In a recent quixotic attempt to broaden our kids’ horizons beyond Hogwarts during evening story hour, we turned to E.B. White, whose crystal-clear style, arrow-straight moral compass and trenchant sense of the ironic, coupled with great storytelling gifts, make him a superb choice for both children and adults.
New Yorkers in particular have found again and again that his writings have anticipated the talk of the day, so we should have predicted that his perspective would illuminate current debates over the importance of quantifying student progress and teacher performance. White’s wonderful book about a mute swan given voice by a trumpet stolen for him by his father, “The Trumpet of the Swan,” contains the following passage that in a few paragraphs beautifully evokes the elementary-school classroom of yesteryear – and, we should all hope, of tomorrow. (The episode is at the close of the chapter entitled “School Days.”)
The fifth-graders were having a lesson in arithmetic, and their teacher, Miss Annie Snug, greeted Sam with a question.
“Sam, if a man can walk three miles in one hour, how many miles can he walk in four hours?”
“It would depend on how tired he got after the first hour,” replied Sam.
The other pupils roared. Miss Snug rapped for order.
“Sam is quite right,” she said. “I never looked at the problem that way before. I always supposed that man could walk twelve miles in four hours, but Sam may be right: the man may not feel quite so spunky after the first hour. He may drag his feet. He may slow up.”
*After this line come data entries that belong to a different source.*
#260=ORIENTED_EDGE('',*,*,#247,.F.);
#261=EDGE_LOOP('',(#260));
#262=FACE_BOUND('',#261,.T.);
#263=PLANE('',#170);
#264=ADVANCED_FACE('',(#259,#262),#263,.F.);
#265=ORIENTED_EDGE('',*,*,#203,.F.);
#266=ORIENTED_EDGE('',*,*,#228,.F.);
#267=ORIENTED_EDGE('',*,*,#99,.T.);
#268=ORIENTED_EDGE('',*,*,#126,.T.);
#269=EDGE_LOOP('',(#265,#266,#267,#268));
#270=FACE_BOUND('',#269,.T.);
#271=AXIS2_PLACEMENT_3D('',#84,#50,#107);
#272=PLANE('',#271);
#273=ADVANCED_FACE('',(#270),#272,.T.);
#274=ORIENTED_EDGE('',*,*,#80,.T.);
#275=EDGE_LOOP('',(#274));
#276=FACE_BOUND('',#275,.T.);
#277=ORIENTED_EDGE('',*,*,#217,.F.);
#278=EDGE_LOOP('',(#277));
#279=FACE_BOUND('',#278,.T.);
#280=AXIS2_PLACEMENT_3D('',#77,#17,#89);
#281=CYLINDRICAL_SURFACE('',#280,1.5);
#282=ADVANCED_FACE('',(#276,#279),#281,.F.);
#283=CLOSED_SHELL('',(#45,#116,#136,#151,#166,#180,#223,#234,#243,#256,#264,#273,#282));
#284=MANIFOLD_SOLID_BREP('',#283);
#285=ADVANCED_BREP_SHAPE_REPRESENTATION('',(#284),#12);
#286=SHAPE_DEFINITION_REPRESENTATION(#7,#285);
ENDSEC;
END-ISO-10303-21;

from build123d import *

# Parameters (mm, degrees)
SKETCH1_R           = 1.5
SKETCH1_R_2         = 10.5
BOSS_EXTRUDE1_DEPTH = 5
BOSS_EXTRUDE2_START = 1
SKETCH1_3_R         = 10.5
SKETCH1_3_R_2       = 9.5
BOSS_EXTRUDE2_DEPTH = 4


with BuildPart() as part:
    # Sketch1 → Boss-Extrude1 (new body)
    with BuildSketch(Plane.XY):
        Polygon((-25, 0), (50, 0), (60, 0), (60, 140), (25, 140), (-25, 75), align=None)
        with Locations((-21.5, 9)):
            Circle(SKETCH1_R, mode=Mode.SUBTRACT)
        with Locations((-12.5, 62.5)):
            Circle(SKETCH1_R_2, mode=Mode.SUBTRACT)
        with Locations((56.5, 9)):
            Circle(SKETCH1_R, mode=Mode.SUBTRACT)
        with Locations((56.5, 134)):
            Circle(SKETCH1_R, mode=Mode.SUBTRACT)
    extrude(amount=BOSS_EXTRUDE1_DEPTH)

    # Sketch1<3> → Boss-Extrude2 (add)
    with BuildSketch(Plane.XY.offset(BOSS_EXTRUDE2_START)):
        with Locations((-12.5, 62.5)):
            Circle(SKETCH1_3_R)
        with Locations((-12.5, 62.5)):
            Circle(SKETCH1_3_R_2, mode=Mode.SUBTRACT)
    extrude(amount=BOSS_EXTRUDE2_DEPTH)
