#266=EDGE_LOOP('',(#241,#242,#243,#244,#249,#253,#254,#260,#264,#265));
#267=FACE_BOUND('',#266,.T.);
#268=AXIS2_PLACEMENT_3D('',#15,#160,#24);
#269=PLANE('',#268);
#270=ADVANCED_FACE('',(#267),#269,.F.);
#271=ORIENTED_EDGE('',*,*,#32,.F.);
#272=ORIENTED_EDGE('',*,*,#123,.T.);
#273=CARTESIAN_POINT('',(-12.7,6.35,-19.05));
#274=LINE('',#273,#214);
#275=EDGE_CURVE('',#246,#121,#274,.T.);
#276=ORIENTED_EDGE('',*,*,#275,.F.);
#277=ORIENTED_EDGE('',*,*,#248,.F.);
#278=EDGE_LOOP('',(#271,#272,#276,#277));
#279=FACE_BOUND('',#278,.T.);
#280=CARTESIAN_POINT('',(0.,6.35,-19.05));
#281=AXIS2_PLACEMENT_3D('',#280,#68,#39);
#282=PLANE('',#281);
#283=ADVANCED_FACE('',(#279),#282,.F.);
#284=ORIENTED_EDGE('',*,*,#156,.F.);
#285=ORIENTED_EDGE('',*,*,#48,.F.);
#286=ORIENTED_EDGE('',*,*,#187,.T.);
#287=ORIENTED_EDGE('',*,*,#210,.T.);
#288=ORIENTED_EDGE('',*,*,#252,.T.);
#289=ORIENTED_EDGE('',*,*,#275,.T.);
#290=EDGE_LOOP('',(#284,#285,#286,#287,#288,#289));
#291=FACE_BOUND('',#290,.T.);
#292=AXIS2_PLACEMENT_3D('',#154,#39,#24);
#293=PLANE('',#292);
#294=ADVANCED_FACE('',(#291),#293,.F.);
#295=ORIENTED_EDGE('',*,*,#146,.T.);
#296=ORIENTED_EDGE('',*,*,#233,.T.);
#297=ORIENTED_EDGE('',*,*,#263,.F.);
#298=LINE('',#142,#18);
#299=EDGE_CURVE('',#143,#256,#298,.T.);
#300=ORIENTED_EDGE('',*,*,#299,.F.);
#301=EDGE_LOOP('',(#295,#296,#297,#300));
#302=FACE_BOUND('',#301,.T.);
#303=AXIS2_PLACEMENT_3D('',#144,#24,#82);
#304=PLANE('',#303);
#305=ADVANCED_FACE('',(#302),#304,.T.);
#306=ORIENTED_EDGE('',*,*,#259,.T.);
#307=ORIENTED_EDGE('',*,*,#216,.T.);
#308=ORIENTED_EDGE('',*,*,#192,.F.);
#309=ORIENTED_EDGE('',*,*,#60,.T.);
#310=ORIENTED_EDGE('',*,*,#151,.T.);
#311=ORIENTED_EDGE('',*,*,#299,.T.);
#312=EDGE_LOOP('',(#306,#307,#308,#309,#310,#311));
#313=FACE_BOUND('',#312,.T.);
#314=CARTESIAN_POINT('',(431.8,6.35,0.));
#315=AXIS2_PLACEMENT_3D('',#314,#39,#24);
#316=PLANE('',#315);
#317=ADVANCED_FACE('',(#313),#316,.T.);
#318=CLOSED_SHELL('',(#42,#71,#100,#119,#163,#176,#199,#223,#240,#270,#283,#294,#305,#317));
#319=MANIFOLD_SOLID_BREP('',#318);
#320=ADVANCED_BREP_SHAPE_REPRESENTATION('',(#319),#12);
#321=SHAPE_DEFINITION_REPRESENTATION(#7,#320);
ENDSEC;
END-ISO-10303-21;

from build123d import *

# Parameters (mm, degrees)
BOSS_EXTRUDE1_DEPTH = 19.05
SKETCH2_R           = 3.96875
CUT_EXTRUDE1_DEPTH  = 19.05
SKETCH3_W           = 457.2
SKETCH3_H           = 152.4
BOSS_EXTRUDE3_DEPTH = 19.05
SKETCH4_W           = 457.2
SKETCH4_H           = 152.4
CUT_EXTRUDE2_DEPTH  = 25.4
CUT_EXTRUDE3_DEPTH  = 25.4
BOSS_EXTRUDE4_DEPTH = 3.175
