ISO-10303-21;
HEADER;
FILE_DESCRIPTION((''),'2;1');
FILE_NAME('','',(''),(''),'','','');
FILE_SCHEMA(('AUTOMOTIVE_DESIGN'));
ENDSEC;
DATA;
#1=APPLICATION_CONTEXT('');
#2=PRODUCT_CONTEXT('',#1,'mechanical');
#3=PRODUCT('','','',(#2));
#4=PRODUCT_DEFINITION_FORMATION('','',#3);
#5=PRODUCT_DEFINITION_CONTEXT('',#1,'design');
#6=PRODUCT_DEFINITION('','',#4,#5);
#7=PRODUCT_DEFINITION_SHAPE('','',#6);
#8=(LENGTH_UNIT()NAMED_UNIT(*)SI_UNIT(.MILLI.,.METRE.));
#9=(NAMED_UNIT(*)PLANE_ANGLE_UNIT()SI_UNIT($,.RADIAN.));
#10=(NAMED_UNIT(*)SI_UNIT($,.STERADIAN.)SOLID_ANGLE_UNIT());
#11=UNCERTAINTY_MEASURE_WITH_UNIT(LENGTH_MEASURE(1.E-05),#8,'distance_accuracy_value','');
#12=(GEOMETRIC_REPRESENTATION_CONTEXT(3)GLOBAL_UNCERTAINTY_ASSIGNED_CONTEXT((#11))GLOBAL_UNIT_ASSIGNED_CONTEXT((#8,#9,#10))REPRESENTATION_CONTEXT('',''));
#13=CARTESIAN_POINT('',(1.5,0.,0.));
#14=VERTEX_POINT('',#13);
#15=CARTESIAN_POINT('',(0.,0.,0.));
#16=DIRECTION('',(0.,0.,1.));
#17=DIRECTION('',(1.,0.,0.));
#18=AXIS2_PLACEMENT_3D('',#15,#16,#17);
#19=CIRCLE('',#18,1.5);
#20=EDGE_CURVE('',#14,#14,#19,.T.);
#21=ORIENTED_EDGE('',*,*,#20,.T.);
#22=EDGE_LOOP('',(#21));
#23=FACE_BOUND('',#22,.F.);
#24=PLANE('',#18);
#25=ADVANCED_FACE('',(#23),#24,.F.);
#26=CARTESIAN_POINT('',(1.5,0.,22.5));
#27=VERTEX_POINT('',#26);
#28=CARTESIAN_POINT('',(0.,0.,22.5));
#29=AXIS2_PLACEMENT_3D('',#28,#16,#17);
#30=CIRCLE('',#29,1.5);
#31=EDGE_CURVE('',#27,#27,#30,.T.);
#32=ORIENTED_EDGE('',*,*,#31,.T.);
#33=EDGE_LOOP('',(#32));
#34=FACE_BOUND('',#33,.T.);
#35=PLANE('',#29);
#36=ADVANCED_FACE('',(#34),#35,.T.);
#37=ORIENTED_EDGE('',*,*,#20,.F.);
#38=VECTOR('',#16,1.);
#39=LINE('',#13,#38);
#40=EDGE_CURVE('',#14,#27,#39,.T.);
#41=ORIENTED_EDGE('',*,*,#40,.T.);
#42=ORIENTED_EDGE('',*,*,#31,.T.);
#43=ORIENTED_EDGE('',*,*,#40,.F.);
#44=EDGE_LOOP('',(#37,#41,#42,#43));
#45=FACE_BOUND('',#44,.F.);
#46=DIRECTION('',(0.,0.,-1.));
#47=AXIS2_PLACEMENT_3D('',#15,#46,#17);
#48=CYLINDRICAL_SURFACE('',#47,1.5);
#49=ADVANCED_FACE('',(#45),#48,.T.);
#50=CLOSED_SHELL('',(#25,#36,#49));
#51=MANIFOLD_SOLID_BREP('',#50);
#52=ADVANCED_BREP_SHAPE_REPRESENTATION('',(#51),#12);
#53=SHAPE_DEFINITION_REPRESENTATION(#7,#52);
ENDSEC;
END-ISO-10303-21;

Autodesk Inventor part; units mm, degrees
ref_plane "YZ Plane" through (0, 0, 0) normal (1, 0, 0) x (0, 1, 0)
ref_plane "XZ Plane" through (0, 0, 0) normal (0, 1, 0) x (-1, 0, 0)
ref_plane "XY Plane" through (0, 0, 0) normal (0, 0, 1) x (1, 0, 0)
sketch "Sketch1" plane through (0, 0, 0) normal (0, 0, 1) x (1, 0, 0)
  circle A0 centre (0, 0) radius 1.5
  dimension "d0" = 3
extrude "Extrusion1" add sketch "Sketch1" along normal blind 22.5
properties part number "201 bolt"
In light of current controversies around testing and teacher evaluation, let’s do a little thought experiment. How would Miss Snug have handled this lesson if it were occurring just before a round of standardized testing? Would she not have had to interrupt the children’s speculations and instructed them that actual circumstances in word problems must be completely disregarded, because the point is to arrive at the answer the test designers have in mind? After all, how could test designers anticipate the lines of thought that spontaneously erupted in her classroom? Real life, and real thought, are too complicated to be foreseen – and so need to be put aside at testing time.